* _REQUIRED WORK_: Show all lines containing "amount" from the data below.

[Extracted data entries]
————

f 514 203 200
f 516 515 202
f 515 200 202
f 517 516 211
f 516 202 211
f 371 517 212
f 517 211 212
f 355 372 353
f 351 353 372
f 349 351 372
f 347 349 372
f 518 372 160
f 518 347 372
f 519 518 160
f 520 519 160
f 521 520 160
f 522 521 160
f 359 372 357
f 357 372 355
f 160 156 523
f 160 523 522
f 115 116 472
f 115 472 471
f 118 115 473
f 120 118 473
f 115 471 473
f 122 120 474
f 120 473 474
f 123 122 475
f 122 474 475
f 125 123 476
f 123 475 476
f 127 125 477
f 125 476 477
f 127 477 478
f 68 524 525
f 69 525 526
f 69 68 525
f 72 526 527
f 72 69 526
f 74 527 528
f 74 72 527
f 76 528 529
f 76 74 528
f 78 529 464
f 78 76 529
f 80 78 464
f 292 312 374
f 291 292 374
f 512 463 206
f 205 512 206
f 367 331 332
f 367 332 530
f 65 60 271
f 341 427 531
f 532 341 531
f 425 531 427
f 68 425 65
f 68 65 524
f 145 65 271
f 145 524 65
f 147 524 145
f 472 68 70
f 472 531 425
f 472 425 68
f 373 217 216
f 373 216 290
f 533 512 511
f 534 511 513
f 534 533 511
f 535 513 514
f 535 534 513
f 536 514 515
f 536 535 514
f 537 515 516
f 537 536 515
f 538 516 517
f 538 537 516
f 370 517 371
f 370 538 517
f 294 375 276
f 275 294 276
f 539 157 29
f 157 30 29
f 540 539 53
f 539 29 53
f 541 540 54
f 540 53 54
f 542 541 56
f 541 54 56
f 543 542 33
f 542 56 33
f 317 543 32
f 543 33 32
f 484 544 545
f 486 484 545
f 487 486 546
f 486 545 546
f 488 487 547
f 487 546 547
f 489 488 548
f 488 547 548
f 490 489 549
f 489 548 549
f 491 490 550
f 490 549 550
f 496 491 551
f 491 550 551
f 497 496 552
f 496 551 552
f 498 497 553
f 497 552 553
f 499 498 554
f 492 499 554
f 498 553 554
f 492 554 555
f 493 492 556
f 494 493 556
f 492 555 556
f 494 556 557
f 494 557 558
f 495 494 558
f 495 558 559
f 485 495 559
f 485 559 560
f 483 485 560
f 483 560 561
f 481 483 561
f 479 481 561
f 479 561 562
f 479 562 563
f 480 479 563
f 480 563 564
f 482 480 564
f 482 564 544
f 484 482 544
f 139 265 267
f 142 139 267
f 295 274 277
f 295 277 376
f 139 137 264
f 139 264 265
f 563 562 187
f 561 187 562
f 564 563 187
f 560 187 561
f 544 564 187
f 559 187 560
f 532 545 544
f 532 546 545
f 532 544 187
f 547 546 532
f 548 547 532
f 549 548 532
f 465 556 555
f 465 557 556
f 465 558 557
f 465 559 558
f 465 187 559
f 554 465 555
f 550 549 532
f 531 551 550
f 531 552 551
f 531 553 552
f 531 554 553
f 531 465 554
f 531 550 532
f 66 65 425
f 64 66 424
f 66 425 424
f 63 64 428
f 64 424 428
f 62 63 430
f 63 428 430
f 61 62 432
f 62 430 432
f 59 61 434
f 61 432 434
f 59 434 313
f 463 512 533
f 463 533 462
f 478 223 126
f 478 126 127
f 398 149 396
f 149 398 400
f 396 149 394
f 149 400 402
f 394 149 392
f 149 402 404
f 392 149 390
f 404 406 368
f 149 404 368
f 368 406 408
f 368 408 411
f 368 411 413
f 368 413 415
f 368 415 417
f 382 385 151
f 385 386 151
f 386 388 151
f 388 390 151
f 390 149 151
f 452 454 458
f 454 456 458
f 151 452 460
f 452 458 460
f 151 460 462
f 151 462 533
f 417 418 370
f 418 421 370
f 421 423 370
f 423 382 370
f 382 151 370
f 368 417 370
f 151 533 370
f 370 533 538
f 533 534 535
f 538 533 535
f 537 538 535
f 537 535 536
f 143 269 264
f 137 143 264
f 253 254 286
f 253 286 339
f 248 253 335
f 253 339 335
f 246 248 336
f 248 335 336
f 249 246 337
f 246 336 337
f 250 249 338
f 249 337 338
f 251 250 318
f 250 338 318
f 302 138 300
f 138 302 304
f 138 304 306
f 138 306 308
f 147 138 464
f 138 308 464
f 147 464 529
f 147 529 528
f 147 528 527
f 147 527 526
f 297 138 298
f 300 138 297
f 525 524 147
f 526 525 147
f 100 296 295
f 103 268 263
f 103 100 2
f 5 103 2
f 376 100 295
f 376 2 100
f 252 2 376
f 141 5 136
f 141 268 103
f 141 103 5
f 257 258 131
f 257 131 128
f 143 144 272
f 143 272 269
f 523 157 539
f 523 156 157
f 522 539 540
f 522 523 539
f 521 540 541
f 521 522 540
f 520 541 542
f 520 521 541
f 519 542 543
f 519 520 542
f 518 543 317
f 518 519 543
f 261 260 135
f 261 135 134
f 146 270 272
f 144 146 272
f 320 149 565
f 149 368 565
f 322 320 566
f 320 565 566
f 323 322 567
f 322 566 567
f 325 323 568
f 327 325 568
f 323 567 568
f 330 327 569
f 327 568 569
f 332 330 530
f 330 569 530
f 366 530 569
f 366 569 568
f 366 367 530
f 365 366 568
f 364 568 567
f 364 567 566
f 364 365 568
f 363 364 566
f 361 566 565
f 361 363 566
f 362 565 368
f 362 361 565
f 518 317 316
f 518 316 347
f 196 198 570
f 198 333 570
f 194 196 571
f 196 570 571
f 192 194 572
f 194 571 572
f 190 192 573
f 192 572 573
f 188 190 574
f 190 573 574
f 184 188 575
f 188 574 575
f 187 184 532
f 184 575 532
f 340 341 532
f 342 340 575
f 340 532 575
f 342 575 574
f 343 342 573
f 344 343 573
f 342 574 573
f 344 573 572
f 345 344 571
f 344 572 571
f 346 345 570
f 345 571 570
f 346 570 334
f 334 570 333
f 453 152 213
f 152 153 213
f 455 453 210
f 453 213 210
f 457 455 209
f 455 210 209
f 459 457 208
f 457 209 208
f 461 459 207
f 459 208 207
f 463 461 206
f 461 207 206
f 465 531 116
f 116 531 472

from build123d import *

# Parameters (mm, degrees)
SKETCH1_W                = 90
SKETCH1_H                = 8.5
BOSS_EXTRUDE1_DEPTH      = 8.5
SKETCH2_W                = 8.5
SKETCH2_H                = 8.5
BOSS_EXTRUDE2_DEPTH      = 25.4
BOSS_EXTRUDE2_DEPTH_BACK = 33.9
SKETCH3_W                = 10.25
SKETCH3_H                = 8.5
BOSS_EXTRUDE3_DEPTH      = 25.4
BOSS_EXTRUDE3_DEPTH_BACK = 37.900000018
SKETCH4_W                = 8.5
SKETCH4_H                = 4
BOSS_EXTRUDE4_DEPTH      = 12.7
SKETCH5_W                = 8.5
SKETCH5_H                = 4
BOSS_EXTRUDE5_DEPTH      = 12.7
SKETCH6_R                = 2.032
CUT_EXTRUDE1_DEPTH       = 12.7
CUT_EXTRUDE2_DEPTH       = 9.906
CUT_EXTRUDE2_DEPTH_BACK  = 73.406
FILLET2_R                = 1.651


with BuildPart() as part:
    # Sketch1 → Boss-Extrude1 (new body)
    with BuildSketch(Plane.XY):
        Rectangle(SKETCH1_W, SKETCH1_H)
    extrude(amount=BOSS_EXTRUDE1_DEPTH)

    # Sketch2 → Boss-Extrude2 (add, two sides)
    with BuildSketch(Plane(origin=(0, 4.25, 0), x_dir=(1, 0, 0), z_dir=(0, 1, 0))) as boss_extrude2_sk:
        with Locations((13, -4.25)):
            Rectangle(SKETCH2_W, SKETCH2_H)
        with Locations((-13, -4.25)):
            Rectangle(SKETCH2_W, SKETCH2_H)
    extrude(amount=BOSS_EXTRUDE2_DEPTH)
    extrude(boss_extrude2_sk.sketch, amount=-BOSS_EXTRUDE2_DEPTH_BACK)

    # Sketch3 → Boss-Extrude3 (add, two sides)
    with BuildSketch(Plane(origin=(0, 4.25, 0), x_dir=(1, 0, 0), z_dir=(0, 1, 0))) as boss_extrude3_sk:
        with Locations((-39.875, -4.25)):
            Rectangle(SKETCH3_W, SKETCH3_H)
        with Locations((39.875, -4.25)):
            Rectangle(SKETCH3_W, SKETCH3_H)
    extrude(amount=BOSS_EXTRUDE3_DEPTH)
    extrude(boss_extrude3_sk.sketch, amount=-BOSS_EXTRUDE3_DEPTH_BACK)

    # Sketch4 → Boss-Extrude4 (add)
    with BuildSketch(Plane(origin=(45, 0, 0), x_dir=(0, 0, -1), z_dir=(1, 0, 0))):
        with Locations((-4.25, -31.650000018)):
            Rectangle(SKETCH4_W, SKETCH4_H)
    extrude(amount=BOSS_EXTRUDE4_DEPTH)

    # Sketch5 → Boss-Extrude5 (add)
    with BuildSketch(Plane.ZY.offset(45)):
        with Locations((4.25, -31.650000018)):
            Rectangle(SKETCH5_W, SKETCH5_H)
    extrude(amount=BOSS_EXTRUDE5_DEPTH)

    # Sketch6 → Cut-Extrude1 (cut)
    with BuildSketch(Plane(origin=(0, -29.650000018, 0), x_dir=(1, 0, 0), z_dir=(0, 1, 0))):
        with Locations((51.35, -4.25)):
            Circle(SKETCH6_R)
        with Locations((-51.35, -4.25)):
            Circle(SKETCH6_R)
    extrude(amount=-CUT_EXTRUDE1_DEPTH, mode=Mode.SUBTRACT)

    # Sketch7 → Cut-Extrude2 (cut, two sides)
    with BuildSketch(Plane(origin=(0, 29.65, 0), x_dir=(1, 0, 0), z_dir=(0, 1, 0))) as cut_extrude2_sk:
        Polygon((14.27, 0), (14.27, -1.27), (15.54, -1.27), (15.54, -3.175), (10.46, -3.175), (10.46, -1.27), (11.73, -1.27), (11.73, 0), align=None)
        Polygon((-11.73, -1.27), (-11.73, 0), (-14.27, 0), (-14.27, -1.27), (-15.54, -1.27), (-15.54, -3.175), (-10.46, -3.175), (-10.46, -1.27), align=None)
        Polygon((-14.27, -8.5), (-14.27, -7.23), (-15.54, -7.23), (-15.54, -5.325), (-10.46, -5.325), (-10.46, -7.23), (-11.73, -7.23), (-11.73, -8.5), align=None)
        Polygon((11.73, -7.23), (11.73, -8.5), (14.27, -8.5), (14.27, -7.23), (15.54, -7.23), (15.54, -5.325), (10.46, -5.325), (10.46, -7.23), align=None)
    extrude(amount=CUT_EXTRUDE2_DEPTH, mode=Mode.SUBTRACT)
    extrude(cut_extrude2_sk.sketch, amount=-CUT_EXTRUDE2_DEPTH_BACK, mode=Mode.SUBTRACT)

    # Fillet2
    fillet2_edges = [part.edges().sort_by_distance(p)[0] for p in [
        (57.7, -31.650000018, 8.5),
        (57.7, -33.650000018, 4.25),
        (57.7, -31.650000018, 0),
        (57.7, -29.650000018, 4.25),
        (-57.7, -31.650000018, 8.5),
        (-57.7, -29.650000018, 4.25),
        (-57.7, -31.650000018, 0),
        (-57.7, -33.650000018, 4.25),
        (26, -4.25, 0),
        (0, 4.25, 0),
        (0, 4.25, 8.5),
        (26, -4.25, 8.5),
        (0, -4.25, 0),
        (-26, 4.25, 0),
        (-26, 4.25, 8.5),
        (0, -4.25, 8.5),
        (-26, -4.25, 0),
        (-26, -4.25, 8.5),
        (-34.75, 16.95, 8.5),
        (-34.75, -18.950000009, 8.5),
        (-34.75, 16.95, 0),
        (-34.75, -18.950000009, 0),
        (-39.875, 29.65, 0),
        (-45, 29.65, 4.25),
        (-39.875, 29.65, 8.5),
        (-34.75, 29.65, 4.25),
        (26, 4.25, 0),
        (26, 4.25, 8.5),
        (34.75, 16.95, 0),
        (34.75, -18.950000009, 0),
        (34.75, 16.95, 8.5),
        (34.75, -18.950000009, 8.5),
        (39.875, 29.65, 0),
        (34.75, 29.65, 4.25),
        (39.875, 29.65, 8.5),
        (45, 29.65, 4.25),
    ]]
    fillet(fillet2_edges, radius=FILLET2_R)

————

* _RESULT FOR THIS TASK_:
    extrude(amount=BOSS_EXTRUDE1_DEPTH)
    extrude(amount=BOSS_EXTRUDE2_DEPTH)
    extrude(boss_extrude2_sk.sketch, amount=-BOSS_EXTRUDE2_DEPTH_BACK)
    extrude(amount=BOSS_EXTRUDE3_DEPTH)
    extrude(boss_extrude3_sk.sketch, amount=-BOSS_EXTRUDE3_DEPTH_BACK)
    extrude(amount=BOSS_EXTRUDE4_DEPTH)
    extrude(amount=BOSS_EXTRUDE5_DEPTH)
    extrude(amount=-CUT_EXTRUDE1_DEPTH, mode=Mode.SUBTRACT)
    extrude(amount=CUT_EXTRUDE2_DEPTH, mode=Mode.SUBTRACT)
    extrude(cut_extrude2_sk.sketch, amount=-CUT_EXTRUDE2_DEPTH_BACK, mode=Mode.SUBTRACT)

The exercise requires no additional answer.